* LISTED ENTRIES *
[Start of section]

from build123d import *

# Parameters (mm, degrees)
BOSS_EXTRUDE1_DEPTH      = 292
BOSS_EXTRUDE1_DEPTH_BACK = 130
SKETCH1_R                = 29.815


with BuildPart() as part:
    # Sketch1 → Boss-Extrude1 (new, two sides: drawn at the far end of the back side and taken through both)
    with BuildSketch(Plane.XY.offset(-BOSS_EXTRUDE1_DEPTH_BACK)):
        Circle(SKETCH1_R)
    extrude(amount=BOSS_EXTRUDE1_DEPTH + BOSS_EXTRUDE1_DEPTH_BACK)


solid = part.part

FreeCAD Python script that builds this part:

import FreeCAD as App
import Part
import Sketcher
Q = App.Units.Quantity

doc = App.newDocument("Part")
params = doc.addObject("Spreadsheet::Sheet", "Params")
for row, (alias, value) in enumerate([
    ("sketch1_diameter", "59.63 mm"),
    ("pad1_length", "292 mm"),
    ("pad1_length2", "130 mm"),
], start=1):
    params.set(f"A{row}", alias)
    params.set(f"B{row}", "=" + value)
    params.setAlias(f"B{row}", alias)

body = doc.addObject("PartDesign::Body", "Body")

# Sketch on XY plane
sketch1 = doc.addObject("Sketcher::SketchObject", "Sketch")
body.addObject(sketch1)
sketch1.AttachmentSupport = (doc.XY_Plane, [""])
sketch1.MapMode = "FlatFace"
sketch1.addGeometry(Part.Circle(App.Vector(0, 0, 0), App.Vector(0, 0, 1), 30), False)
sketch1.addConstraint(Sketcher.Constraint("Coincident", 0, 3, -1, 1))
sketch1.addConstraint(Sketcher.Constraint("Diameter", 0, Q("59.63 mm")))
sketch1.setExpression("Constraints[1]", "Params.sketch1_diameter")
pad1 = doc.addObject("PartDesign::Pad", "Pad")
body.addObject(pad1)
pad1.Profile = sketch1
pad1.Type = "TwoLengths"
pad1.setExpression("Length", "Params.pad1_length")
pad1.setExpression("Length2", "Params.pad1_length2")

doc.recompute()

[End of section]
[Start of section]

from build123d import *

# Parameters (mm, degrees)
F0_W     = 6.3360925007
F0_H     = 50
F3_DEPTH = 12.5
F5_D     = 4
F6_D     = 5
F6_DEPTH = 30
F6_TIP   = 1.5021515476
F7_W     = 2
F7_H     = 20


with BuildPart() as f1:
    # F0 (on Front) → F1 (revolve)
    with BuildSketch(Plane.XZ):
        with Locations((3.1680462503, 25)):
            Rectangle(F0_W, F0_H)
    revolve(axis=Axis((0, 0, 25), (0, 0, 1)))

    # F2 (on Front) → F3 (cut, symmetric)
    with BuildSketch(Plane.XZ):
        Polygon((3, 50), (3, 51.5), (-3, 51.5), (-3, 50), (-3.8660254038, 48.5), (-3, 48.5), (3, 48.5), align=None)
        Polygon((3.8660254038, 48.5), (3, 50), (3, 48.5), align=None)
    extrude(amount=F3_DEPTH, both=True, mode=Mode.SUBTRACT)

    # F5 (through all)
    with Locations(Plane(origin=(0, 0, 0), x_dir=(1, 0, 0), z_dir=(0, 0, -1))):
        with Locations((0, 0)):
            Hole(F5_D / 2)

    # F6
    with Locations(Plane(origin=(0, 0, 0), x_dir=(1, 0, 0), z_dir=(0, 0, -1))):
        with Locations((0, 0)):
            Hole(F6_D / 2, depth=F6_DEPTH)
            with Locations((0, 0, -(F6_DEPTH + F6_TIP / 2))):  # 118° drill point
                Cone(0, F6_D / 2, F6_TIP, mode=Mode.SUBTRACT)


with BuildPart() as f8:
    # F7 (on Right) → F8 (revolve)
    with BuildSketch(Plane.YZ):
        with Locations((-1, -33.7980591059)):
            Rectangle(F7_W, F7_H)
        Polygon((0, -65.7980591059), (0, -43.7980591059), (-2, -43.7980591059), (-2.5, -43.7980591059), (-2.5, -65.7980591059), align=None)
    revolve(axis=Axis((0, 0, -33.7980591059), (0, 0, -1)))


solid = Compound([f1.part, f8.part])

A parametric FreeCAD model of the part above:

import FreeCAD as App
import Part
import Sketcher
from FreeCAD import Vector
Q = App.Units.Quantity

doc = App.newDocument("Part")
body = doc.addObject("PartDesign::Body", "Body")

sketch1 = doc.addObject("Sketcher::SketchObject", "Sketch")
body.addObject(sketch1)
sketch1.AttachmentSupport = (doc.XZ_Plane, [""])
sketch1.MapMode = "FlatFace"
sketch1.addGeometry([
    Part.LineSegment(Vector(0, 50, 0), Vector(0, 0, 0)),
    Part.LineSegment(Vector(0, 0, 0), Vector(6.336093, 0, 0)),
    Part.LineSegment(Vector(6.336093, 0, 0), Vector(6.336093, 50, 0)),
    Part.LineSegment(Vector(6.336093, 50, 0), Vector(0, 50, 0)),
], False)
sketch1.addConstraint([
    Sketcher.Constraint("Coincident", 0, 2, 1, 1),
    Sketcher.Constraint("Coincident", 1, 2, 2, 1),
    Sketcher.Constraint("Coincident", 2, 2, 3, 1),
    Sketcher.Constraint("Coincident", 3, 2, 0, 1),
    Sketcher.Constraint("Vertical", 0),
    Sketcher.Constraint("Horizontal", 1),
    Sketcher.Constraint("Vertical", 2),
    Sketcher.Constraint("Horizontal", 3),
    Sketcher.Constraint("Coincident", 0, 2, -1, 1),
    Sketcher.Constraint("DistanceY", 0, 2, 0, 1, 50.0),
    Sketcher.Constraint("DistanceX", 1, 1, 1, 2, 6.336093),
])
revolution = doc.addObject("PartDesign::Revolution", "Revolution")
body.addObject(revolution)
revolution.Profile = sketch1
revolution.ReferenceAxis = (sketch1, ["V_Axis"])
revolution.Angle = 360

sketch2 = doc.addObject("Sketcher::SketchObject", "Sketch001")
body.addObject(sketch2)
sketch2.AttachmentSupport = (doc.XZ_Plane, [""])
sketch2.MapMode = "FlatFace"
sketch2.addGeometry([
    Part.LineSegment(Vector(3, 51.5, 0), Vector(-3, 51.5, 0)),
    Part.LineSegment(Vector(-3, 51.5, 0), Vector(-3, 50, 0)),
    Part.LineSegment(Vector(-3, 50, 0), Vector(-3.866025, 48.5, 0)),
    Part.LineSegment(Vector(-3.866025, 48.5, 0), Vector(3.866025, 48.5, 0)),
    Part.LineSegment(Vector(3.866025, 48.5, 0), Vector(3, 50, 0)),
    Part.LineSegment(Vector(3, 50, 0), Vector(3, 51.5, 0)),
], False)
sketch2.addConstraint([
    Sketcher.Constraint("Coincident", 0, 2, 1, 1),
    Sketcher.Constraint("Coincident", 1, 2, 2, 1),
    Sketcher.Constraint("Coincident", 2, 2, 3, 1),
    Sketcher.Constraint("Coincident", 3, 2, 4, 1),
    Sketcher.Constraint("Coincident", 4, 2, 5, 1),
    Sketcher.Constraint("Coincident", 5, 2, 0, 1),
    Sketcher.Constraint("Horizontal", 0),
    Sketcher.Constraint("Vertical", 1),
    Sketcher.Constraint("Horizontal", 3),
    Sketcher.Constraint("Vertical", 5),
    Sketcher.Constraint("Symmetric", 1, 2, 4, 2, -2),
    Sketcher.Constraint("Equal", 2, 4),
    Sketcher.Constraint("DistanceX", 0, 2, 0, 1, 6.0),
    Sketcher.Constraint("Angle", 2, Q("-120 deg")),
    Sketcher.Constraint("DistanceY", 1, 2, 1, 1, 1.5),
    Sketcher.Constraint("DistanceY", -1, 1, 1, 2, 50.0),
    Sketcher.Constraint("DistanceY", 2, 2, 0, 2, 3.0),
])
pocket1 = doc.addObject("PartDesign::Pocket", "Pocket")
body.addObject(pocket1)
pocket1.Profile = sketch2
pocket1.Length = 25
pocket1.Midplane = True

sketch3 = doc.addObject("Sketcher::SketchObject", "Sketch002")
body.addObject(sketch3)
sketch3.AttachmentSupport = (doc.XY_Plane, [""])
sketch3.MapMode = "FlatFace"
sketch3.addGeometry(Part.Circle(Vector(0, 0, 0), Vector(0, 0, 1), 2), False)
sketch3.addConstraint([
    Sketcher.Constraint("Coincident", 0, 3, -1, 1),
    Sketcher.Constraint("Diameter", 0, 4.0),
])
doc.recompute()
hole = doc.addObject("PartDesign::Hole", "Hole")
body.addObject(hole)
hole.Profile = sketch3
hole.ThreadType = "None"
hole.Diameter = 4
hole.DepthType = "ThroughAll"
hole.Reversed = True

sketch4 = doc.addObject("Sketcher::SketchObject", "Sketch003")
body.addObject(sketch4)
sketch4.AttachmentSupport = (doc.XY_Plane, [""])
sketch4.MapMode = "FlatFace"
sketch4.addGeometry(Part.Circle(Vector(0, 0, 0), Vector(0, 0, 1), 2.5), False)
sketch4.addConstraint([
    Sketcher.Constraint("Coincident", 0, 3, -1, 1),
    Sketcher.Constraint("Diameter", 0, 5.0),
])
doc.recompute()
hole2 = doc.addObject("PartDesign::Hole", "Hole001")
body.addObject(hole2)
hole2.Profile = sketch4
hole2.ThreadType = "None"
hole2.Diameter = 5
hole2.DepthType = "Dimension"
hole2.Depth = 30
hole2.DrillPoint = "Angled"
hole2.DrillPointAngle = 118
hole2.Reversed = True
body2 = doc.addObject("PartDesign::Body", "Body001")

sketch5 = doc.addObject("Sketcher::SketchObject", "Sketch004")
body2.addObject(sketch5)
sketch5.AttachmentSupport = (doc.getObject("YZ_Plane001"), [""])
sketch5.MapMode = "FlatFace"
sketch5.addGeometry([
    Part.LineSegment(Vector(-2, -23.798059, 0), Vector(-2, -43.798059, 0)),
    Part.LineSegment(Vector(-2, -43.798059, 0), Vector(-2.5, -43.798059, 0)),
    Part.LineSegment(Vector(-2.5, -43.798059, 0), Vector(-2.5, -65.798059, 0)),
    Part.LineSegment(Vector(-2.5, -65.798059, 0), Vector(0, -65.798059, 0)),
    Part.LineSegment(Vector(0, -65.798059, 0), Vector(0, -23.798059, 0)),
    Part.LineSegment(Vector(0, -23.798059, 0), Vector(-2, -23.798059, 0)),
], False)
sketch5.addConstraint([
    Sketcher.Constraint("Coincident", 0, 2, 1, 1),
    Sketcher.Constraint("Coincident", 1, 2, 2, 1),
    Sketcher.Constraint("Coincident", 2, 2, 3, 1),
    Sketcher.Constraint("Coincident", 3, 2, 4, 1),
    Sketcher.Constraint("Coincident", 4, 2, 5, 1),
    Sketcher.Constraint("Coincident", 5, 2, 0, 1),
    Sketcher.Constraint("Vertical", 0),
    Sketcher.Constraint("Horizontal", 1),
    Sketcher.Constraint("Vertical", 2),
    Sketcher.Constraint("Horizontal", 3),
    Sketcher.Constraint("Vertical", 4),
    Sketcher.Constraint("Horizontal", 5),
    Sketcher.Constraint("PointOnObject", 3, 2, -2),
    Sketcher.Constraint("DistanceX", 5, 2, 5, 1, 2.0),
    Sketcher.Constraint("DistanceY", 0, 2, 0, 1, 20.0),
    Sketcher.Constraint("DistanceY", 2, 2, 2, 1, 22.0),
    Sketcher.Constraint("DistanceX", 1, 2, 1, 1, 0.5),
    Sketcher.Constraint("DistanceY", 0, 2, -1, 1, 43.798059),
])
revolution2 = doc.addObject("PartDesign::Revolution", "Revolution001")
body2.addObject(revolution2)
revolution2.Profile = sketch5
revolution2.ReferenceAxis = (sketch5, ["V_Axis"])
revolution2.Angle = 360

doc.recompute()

[End of section]

* EXERCISE INSTRUCTIONS *
Copy all the lines from the data above that hold the word "revolve".

* RESPONSE FOR THIS EXERCISE *
    # F0 (on Front) → F1 (revolve)
    revolve(axis=Axis((0, 0, 25), (0, 0, 1)))
    # F7 (on Right) → F8 (revolve)
    revolve(axis=Axis((0, 0, -33.7980591059), (0, 0, -1)))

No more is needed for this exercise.